§ **WORK TO BE COMPLETED**: What do the lines say from the start of the entries through the one containing "with BuildPart() as"? Repeat them exactly.

** Opening DATA SUPPLIED block **

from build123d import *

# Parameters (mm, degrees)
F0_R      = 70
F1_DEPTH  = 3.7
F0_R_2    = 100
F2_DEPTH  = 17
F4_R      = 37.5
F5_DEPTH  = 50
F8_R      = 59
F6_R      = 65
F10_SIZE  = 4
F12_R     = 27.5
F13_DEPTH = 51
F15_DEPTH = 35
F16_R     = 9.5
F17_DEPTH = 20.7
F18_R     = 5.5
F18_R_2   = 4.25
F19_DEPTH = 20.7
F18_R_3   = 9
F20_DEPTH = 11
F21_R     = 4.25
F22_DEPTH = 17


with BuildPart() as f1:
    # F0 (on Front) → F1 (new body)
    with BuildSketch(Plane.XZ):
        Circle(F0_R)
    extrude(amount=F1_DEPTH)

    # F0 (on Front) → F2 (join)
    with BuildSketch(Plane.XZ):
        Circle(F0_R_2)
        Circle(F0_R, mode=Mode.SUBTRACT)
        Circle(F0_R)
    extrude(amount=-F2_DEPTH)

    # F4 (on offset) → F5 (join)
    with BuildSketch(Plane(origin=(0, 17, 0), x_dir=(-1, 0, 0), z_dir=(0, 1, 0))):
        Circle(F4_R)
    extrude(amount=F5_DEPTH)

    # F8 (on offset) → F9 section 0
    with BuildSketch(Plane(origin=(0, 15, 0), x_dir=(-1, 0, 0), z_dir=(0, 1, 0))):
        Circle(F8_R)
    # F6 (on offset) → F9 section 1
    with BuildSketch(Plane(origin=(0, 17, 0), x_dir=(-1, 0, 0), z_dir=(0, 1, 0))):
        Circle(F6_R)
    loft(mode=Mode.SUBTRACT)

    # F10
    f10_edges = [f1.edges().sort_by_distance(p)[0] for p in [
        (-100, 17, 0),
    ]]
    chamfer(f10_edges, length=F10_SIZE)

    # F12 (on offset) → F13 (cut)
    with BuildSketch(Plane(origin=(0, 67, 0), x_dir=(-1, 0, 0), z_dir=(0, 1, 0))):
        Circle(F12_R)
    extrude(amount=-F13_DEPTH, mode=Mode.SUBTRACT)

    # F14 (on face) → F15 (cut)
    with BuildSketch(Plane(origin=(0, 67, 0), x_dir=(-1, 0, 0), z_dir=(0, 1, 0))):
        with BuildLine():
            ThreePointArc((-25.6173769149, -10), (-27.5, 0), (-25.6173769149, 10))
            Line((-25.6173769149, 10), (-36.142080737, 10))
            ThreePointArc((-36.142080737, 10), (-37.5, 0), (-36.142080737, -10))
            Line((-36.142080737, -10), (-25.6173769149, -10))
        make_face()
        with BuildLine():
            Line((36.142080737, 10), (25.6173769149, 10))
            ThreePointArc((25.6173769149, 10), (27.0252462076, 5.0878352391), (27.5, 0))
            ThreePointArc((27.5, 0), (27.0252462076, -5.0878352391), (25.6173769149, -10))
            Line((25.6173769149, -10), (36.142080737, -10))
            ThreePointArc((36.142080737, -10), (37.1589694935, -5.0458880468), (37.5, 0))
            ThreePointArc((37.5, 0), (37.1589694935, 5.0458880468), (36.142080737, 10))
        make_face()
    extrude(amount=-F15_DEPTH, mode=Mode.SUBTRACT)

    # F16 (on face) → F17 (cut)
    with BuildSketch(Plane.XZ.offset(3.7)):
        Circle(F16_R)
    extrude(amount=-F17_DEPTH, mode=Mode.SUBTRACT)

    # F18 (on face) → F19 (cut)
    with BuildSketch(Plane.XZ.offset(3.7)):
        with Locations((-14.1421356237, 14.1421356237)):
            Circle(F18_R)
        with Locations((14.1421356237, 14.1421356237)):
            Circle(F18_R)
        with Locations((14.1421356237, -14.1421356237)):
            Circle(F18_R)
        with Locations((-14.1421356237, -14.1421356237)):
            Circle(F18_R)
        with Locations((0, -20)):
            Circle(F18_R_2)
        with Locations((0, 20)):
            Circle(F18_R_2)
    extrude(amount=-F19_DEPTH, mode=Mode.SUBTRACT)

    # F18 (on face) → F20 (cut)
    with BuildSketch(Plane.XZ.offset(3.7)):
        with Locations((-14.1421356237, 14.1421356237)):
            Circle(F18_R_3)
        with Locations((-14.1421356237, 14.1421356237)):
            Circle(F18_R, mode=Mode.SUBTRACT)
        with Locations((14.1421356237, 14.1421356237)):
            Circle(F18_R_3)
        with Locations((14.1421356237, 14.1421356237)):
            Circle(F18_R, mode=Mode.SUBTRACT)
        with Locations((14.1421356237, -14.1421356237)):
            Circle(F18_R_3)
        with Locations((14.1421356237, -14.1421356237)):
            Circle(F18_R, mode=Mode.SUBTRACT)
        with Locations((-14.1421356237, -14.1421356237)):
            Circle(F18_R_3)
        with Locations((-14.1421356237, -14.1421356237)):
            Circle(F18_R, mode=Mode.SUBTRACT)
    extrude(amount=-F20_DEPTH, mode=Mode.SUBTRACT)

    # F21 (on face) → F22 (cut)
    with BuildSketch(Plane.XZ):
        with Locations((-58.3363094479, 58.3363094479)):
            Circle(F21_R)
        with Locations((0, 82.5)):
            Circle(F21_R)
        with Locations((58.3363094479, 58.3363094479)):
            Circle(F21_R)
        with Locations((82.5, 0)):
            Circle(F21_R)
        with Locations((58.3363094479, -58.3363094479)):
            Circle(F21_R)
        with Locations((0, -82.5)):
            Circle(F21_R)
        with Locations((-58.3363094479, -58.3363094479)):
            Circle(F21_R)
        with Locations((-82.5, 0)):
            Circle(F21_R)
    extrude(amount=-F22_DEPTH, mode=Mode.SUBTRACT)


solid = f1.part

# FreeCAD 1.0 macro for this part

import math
import FreeCAD as App
import Part
import Sketcher
Q = App.Units.Quantity


def edges_at(feature, points):
    """Names of the edges that pass closest to the given points."""
    edges = feature.Shape.Edges
    near = lambda p: min(range(len(edges)), key=lambda i: edges[i].distToShape(Part.Vertex(*p))[0])
    return sorted({f"Edge{near(p) + 1}" for p in points})

doc = App.newDocument("Part")
body = doc.addObject("PartDesign::Body", "Body")
body.AllowCompound = True

# Sketch on XZ plane
sketch1 = body.newObject("Sketcher::SketchObject", "Sketch")
sketch1.AttachmentSupport = (doc.getObject("XZ_Plane"), [""])
sketch1.MapMode = "FlatFace"
sketch1.addGeometry(Part.Circle(App.Vector(0, 0, 0), App.Vector(0, 0, 1), 70), False)
sketch1.addConstraint([
    Sketcher.Constraint("Coincident", 0, 3, -1, 1),
    Sketcher.Constraint("Diameter", 0, Q("140 mm")),
])
pad1 = body.newObject("PartDesign::Pad", "Pad")
pad1.Profile = sketch1
pad1.Length = 3.7

# Sketch on XZ plane
sketch2 = body.newObject("Sketcher::SketchObject", "Sketch001")
sketch2.AttachmentSupport = (doc.getObject("XZ_Plane"), [""])
sketch2.MapMode = "FlatFace"
sketch2.addGeometry(Part.Circle(App.Vector(0, 0, 0), App.Vector(0, 0, 1), 100), False)
sketch2.addConstraint([
    Sketcher.Constraint("Coincident", 0, 3, -1, 1),
    Sketcher.Constraint("Diameter", 0, Q("200 mm")),
])
pad2 = body.newObject("PartDesign::Pad", "Pad001")
pad2.Profile = sketch2
pad2.Length = 17
pad2.Reversed = True

# Sketch on XZ plane
sketch3 = body.newObject("Sketcher::SketchObject", "Sketch002")
sketch3.AttachmentSupport = (doc.getObject("XZ_Plane"), [""])
sketch3.MapMode = "FlatFace"
sketch3.AttachmentOffset = App.Placement(App.Vector(0, 0, -17), App.Rotation())
sketch3.addGeometry(Part.Circle(App.Vector(0, 0, 0), App.Vector(0, 0, 1), 37.5), False)
sketch3.addConstraint([
    Sketcher.Constraint("Coincident", 0, 3, -1, 1),
    Sketcher.Constraint("Diameter", 0, Q("75 mm")),
])
pad3 = body.newObject("PartDesign::Pad", "Pad002")
pad3.Profile = sketch3
pad3.Length = 50
pad3.Reversed = True

# Sketch on XZ plane
sketch4 = body.newObject("Sketcher::SketchObject", "Sketch003")
sketch4.AttachmentSupport = (doc.getObject("XZ_Plane"), [""])
sketch4.MapMode = "FlatFace"
sketch4.AttachmentOffset = App.Placement(App.Vector(0, 0, -15), App.Rotation())
sketch4.addGeometry(Part.Circle(App.Vector(0, 0, 0), App.Vector(0, 0, 1), 59), False)
sketch4.addConstraint([
    Sketcher.Constraint("Coincident", 0, 3, -1, 1),
    Sketcher.Constraint("Diameter", 0, Q("118 mm")),
])

# Sketch on XZ plane
sketch5 = body.newObject("Sketcher::SketchObject", "Sketch004")
sketch5.AttachmentSupport = (doc.getObject("XZ_Plane"), [""])
sketch5.MapMode = "FlatFace"
sketch5.AttachmentOffset = App.Placement(App.Vector(0, 0, -17), App.Rotation())
sketch5.addGeometry(Part.Circle(App.Vector(0, 0, 0), App.Vector(0, 0, 1), 65), False)
sketch5.addConstraint([
    Sketcher.Constraint("Coincident", 0, 3, -1, 1),
    Sketcher.Constraint("Diameter", 0, Q("130 mm")),
])

subtractiveloft = body.newObject("PartDesign::SubtractiveLoft", "SubtractiveLoft")
subtractiveloft.Profile = sketch4
subtractiveloft.Sections = [sketch5]
doc.recompute()

chamfer = body.newObject("PartDesign::Chamfer", "Chamfer")
chamfer.Base = (subtractiveloft, edges_at(subtractiveloft, [(-100, 17, 0)]))
chamfer.Size = 4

** Closing DATA SUPPLIED block **

§ **ANSWER SPACE**:
from build123d import *

# Parameters (mm, degrees)
F0_R      = 70
F1_DEPTH  = 3.7
F0_R_2    = 100
F2_DEPTH  = 17
F4_R      = 37.5
F5_DEPTH  = 50
F8_R      = 59
F6_R      = 65
F10_SIZE  = 4
F12_R     = 27.5
F13_DEPTH = 51
F15_DEPTH = 35
F16_R     = 9.5
F17_DEPTH = 20.7
F18_R     = 5.5
F18_R_2   = 4.25
F19_DEPTH = 20.7
F18_R_3   = 9
F20_DEPTH = 11
F21_R     = 4.25
F22_DEPTH = 17


with BuildPart() as f1:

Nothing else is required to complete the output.